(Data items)
*** Begin section ***

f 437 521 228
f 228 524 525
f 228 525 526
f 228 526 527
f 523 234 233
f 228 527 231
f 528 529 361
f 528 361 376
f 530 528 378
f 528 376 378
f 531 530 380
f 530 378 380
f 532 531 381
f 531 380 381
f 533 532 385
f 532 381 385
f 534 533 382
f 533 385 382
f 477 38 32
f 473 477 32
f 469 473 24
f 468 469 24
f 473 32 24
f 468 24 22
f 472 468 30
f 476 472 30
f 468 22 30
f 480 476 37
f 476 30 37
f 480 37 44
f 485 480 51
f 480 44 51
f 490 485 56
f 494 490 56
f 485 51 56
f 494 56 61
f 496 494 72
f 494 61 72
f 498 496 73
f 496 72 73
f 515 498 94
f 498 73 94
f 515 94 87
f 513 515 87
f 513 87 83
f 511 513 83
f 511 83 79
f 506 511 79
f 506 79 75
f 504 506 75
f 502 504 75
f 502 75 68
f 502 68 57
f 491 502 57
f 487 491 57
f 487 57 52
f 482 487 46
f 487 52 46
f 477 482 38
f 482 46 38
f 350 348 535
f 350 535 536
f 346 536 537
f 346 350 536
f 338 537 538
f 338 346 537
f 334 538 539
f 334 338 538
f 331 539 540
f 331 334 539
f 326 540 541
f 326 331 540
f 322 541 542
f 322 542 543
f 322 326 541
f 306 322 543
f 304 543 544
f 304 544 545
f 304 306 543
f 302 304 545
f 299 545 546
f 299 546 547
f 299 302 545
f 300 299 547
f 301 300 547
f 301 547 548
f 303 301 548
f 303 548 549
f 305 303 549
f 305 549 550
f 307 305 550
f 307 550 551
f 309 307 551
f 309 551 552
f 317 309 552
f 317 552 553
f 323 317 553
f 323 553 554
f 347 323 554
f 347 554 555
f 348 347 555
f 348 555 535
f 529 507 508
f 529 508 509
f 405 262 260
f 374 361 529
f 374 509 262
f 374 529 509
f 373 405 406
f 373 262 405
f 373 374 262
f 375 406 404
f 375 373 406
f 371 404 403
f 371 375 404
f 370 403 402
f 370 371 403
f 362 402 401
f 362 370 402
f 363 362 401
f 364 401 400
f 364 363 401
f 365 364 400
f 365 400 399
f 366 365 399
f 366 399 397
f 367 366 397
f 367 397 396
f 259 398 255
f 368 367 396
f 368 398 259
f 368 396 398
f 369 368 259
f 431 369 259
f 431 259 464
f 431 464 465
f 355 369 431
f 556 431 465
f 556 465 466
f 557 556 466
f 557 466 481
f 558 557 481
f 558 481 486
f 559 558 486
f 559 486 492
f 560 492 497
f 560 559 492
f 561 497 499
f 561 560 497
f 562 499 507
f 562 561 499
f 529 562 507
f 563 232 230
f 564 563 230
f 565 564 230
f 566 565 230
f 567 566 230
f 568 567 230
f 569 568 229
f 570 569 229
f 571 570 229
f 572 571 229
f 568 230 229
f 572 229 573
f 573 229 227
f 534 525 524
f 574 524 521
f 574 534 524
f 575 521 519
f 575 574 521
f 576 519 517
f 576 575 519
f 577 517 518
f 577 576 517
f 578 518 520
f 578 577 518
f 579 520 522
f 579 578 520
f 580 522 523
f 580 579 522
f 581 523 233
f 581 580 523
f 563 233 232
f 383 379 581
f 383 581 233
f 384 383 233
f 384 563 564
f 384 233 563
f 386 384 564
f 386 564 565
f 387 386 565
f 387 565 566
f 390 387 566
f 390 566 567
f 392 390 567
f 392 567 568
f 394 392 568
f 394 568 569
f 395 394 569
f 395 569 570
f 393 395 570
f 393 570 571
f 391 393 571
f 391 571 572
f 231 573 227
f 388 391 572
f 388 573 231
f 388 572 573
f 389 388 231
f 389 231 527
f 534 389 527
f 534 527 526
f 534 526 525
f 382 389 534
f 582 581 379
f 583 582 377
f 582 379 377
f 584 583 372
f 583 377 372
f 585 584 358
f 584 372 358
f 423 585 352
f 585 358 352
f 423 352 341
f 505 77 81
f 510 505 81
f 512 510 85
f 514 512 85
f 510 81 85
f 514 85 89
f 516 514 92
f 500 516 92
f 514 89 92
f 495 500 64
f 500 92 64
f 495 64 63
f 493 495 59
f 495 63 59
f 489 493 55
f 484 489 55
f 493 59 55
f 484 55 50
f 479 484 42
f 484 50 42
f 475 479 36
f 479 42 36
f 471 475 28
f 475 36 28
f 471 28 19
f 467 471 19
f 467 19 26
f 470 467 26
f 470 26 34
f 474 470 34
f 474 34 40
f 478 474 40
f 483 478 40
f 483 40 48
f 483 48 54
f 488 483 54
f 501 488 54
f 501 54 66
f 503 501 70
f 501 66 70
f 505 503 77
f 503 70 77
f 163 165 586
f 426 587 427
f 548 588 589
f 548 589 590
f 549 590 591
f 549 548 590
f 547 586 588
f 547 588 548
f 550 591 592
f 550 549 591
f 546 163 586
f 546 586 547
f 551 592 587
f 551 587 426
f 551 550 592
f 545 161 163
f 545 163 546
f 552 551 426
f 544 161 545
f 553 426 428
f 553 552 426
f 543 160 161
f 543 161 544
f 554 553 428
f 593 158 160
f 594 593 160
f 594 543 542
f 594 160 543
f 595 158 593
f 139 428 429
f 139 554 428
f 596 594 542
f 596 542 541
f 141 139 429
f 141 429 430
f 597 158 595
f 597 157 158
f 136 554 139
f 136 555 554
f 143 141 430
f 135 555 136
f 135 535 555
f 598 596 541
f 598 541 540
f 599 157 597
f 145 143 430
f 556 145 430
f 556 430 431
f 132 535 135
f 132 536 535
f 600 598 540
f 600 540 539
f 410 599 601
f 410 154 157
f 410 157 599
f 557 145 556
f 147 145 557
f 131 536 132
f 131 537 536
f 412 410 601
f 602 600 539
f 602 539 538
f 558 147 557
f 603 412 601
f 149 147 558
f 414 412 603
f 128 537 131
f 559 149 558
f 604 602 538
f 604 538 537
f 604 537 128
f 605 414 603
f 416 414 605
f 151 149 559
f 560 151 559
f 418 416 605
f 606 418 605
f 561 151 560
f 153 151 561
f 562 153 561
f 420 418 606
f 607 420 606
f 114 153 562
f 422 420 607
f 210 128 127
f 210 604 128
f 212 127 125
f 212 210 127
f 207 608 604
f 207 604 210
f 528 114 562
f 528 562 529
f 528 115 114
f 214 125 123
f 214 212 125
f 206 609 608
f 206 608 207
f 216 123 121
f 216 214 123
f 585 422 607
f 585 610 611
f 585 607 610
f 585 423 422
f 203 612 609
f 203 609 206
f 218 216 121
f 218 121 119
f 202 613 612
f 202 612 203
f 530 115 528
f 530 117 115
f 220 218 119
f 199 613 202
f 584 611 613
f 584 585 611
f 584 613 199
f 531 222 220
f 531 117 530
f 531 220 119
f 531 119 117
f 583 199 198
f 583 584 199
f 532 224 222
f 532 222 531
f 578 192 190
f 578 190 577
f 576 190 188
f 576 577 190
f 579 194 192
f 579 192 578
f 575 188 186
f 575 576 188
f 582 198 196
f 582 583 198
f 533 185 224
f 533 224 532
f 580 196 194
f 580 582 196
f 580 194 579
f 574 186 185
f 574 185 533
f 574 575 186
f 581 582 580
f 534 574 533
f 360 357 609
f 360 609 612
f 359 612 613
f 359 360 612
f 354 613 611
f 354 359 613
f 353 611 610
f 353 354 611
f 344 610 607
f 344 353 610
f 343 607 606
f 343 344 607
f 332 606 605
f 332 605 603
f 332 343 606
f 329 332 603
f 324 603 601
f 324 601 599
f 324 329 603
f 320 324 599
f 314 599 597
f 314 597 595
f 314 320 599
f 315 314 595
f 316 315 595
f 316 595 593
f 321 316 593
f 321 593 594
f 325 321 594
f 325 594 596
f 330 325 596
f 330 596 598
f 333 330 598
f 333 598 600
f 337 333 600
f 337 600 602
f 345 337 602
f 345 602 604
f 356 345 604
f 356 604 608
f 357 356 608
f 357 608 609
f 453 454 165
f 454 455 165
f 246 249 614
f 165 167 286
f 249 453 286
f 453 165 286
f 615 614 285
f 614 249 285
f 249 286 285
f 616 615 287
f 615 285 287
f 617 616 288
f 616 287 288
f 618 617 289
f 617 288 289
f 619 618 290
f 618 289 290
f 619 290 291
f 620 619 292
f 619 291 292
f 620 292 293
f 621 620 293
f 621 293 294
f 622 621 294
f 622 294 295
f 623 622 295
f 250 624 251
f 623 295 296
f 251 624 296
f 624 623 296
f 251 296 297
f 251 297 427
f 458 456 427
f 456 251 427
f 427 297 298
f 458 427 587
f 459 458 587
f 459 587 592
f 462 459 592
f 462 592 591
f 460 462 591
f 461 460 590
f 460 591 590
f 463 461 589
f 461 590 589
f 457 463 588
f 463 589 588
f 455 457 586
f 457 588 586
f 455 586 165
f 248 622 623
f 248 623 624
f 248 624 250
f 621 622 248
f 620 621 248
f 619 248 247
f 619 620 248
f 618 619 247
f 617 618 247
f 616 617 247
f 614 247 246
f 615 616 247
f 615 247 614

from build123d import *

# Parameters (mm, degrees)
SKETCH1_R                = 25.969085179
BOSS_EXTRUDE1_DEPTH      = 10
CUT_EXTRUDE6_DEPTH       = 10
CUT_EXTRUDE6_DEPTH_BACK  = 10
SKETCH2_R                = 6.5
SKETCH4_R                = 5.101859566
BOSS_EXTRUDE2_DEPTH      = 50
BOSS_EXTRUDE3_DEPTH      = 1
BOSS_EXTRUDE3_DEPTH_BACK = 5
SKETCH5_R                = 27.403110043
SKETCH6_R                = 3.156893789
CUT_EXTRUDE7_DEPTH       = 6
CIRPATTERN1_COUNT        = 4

*** End section ***

### Exercise brief
Given the records above, restate word for word only the lines starting at the one with "f 580 194 579" and ending at the one with "f 456 251 427".

### Exercise result
f 580 194 579
f 574 186 185
f 574 185 533
f 574 575 186
f 581 582 580
f 534 574 533
f 360 357 609
f 360 609 612
f 359 612 613
f 359 360 612
f 354 613 611
f 354 359 613
f 353 611 610
f 353 354 611
f 344 610 607
f 344 353 610
f 343 607 606
f 343 344 607
f 332 606 605
f 332 605 603
f 332 343 606
f 329 332 603
f 324 603 601
f 324 601 599
f 324 329 603
f 320 324 599
f 314 599 597
f 314 597 595
f 314 320 599
f 315 314 595
f 316 315 595
f 316 595 593
f 321 316 593
f 321 593 594
f 325 321 594
f 325 594 596
f 330 325 596
f 330 596 598
f 333 330 598
f 333 598 600
f 337 333 600
f 337 600 602
f 345 337 602
f 345 602 604
f 356 345 604
f 356 604 608
f 357 356 608
f 357 608 609
f 453 454 165
f 454 455 165
f 246 249 614
f 165 167 286
f 249 453 286
f 453 165 286
f 615 614 285
f 614 249 285
f 249 286 285
f 616 615 287
f 615 285 287
f 617 616 288
f 616 287 288
f 618 617 289
f 617 288 289
f 619 618 290
f 618 289 290
f 619 290 291
f 620 619 292
f 619 291 292
f 620 292 293
f 621 620 293
f 621 293 294
f 622 621 294
f 622 294 295
f 623 622 295
f 250 624 251
f 623 295 296
f 251 624 296
f 624 623 296
f 251 296 297
f 251 297 427
f 458 456 427
f 456 251 427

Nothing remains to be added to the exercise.